▸ What you should do
In the records below, count each line where the word "Locations" appears, and reply with that number only.

---------- Provided data ----------

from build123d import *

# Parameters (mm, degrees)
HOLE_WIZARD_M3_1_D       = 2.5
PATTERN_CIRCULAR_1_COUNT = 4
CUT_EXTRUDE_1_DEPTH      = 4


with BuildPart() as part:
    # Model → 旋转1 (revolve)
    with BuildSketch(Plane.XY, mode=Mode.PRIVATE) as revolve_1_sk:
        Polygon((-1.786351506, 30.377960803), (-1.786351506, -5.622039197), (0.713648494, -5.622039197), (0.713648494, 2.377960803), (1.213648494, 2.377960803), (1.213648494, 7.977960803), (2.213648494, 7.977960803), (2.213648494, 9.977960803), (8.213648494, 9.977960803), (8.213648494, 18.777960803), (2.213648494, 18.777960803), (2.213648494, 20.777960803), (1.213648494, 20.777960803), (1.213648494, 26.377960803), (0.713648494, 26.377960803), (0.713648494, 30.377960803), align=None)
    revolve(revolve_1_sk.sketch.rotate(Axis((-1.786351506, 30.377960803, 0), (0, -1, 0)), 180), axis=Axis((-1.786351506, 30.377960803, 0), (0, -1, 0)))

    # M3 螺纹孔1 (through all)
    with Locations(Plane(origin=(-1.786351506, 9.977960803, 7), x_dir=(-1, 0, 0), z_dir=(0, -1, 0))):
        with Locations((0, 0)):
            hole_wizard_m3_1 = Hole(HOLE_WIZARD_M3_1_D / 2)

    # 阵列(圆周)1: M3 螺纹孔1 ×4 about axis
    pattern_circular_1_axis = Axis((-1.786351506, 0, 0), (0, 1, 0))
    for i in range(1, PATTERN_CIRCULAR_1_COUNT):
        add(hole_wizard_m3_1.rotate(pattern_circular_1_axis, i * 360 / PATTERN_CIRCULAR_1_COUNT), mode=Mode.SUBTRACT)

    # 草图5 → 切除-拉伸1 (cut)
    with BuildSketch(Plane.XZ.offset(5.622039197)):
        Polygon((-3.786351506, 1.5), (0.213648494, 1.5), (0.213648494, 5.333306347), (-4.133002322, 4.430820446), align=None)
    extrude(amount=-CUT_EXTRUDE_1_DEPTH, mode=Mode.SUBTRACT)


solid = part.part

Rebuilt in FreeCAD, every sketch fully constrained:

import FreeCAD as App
import Part
import Sketcher

V = App.Vector
Q = App.Units.Quantity


def add_polygon(sketch, points):
    """Adds a closed chain of lines whose ends are joined by coincident constraints."""
    first, n = sketch.GeometryCount, len(points)
    for a, b in zip(points, points[1:] + points[:1]):
        sketch.addGeometry(Part.LineSegment(App.Vector(*a, 0), App.Vector(*b, 0)), False)
    for i in range(n):
        sketch.addConstraint(Sketcher.Constraint("Coincident", first + i, 2, first + (i + 1) % n, 1))

doc = App.newDocument("Part")
body = doc.addObject("PartDesign::Body", "Body")

# Sketch on XY plane
sketch1 = body.newObject("Sketcher::SketchObject", "Sketch")
sketch1.AttachmentSupport = (doc.getObject("XY_Plane"), [""])
sketch1.MapMode = "FlatFace"
add_polygon(sketch1, [(-1.8, 30.4), (-1.8, -5.6), (0.7, -5.6), (0.7, 2.4), (1.2, 2.4), (1.2, 8), (2.2, 8), (2.2, 10), (8.2, 10), (8.2, 18.8), (2.2, 18.8), (2.2, 20.8), (1.2, 20.8), (1.2, 26.4), (0.7, 26.4), (0.7, 30.4)])  # lines 0-15
sketch1.addGeometry(Part.LineSegment(V(-1.8, 30.4, 0), V(-1.8, -5.6, 0)), True)  # axis
sketch1.addConstraint(Sketcher.Constraint("Vertical", 0))
sketch1.addConstraint(Sketcher.Constraint("Horizontal", 1))
sketch1.addConstraint(Sketcher.Constraint("Vertical", 2))
sketch1.addConstraint(Sketcher.Constraint("Horizontal", 3))
sketch1.addConstraint(Sketcher.Constraint("Vertical", 4))
sketch1.addConstraint(Sketcher.Constraint("Horizontal", 5))
sketch1.addConstraint(Sketcher.Constraint("Vertical", 6))
sketch1.addConstraint(Sketcher.Constraint("Horizontal", 7))
sketch1.addConstraint(Sketcher.Constraint("Vertical", 8))
sketch1.addConstraint(Sketcher.Constraint("Horizontal", 9))
sketch1.addConstraint(Sketcher.Constraint("Vertical", 10))
sketch1.addConstraint(Sketcher.Constraint("Horizontal", 11))
sketch1.addConstraint(Sketcher.Constraint("Vertical", 12))
sketch1.addConstraint(Sketcher.Constraint("Horizontal", 13))
sketch1.addConstraint(Sketcher.Constraint("Vertical", 14))
sketch1.addConstraint(Sketcher.Constraint("Horizontal", 15))
sketch1.addConstraint(Sketcher.Constraint("Vertical", 16))
sketch1.addConstraint(Sketcher.Constraint("Coincident", 16, 1, 15, 2))
sketch1.addConstraint(Sketcher.Constraint("Horizontal", 1, 2, 16, 2))
sketch1.addConstraint(Sketcher.Constraint("Vertical", 6, 2, 9, 2))
sketch1.addConstraint(Sketcher.Constraint("Vertical", 4, 2, 11, 2))
sketch1.addConstraint(Sketcher.Constraint("Vertical", 2, 2, 13, 2))
sketch1.addConstraint(Sketcher.Constraint("Equal", 6, 10))
sketch1.addConstraint(Sketcher.Constraint("Equal", 4, 12))
sketch1.addConstraint(Sketcher.Constraint("DistanceX", 5, 1, 5, 2, Q("1 mm")))
sketch1.addConstraint(Sketcher.Constraint("DistanceX", 7, 1, 7, 2, Q("6 mm")))
sketch1.addConstraint(Sketcher.Constraint("DistanceY", 0, 2, 0, 1, Q("36 mm")))
sketch1.addConstraint(Sketcher.Constraint("DistanceY", 2, 1, 2, 2, Q("8 mm")))
sketch1.addConstraint(Sketcher.Constraint("DistanceY", 6, 1, 6, 2, Q("2 mm")))
sketch1.addConstraint(Sketcher.Constraint("DistanceY", 14, 1, 14, 2, Q("4 mm")))
sketch1.addConstraint(Sketcher.Constraint("DistanceX", 1, 1, 1, 2, Q("2.5 mm")))
sketch1.addConstraint(Sketcher.Constraint("DistanceX", 3, 1, 3, 2, Q("0.5 mm")))
sketch1.addConstraint(Sketcher.Constraint("DistanceY", 4, 1, 4, 2, Q("5.6 mm")))
sketch1.addConstraint(Sketcher.Constraint("DistanceX", 0, 2, -1, 1, Q("1.786352 mm")))
sketch1.addConstraint(Sketcher.Constraint("DistanceY", 0, 2, -1, 1, Q("5.622039 mm")))
revolution = body.newObject("PartDesign::Revolution", "Revolution")
revolution.Profile = sketch1
revolution.ReferenceAxis = (sketch1, ["Axis0"])
revolution.Angle = 360

# Sketch on XZ plane
sketch2 = body.newObject("Sketcher::SketchObject", "Sketch001")
sketch2.AttachmentSupport = (doc.getObject("XZ_Plane"), [""])
sketch2.MapMode = "FlatFace"
sketch2.AttachmentOffset = App.Placement(V(0, 0, -9.977961), App.Rotation())
sketch2.addGeometry(Part.Circle(V(-1.8, 7, 0), V(0, 0, 1), 1.2), False)
sketch2.addConstraint(Sketcher.Constraint("Diameter", 0, Q("2.5 mm")))
sketch2.addConstraint(Sketcher.Constraint("DistanceY", -1, 1, 0, 3, Q("7 mm")))
sketch2.addConstraint(Sketcher.Constraint("DistanceX", 0, 3, -1, 1, Q("1.786352 mm")))
doc.recompute()
hole = body.newObject("PartDesign::Hole", "Hole")
hole.Profile = sketch2
hole.ThreadType = "None"
hole.Diameter = 2.5
hole.DepthType = "ThroughAll"
doc.recompute()

datumline = body.newObject("PartDesign::Line", "DatumLine")
datumline.Placement = App.Placement(V(-1.786352, 0, 0), App.Rotation(V(0, 0, 1), V(0, 1, 0)))
polarpattern = body.newObject("PartDesign::PolarPattern", "PolarPattern")
polarpattern.Originals = [hole]
polarpattern.Axis = (datumline, [""])
polarpattern.Angle = 360
polarpattern.Occurrences = 4
body.Tip = polarpattern

# Sketch on XZ plane
sketch3 = body.newObject("Sketcher::SketchObject", "Sketch002")
sketch3.AttachmentSupport = (doc.getObject("XZ_Plane"), [""])
sketch3.MapMode = "FlatFace"
sketch3.AttachmentOffset = App.Placement(V(0, 0, 5.622039), App.Rotation())
add_polygon(sketch3, [(-3.8, 1.5), (0.2, 1.5), (0.2, 5.3), (-4.1, 4.4)])  # lines 0-3
sketch3.addConstraint(Sketcher.Constraint("Horizontal", 0))
sketch3.addConstraint(Sketcher.Constraint("Vertical", 1))
sketch3.addConstraint(Sketcher.Constraint("DistanceX", 0, 1, 0, 2, Q("4 mm")))
sketch3.addConstraint(Sketcher.Constraint("DistanceY", -1, 1, 0, 2, Q("1.5 mm")))
sketch3.addConstraint(Sketcher.Constraint("Distance", 3, Q("2.95125 mm")))
sketch3.addConstraint(Sketcher.Constraint("DistanceY", 1, 1, 1, 2, Q("3.833306 mm")))
sketch3.addConstraint(Sketcher.Constraint("DistanceX", -1, 1, 0, 2, Q("0.213648 mm")))
sketch3.addConstraint(Sketcher.Constraint("DistanceY", -1, 1, 2, 2, Q("4.43082 mm")))
pocket1 = body.newObject("PartDesign::Pocket", "Pocket")
pocket1.Profile = sketch3
pocket1.Length = 4

doc.recompute()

----------

▸ Worked solution
2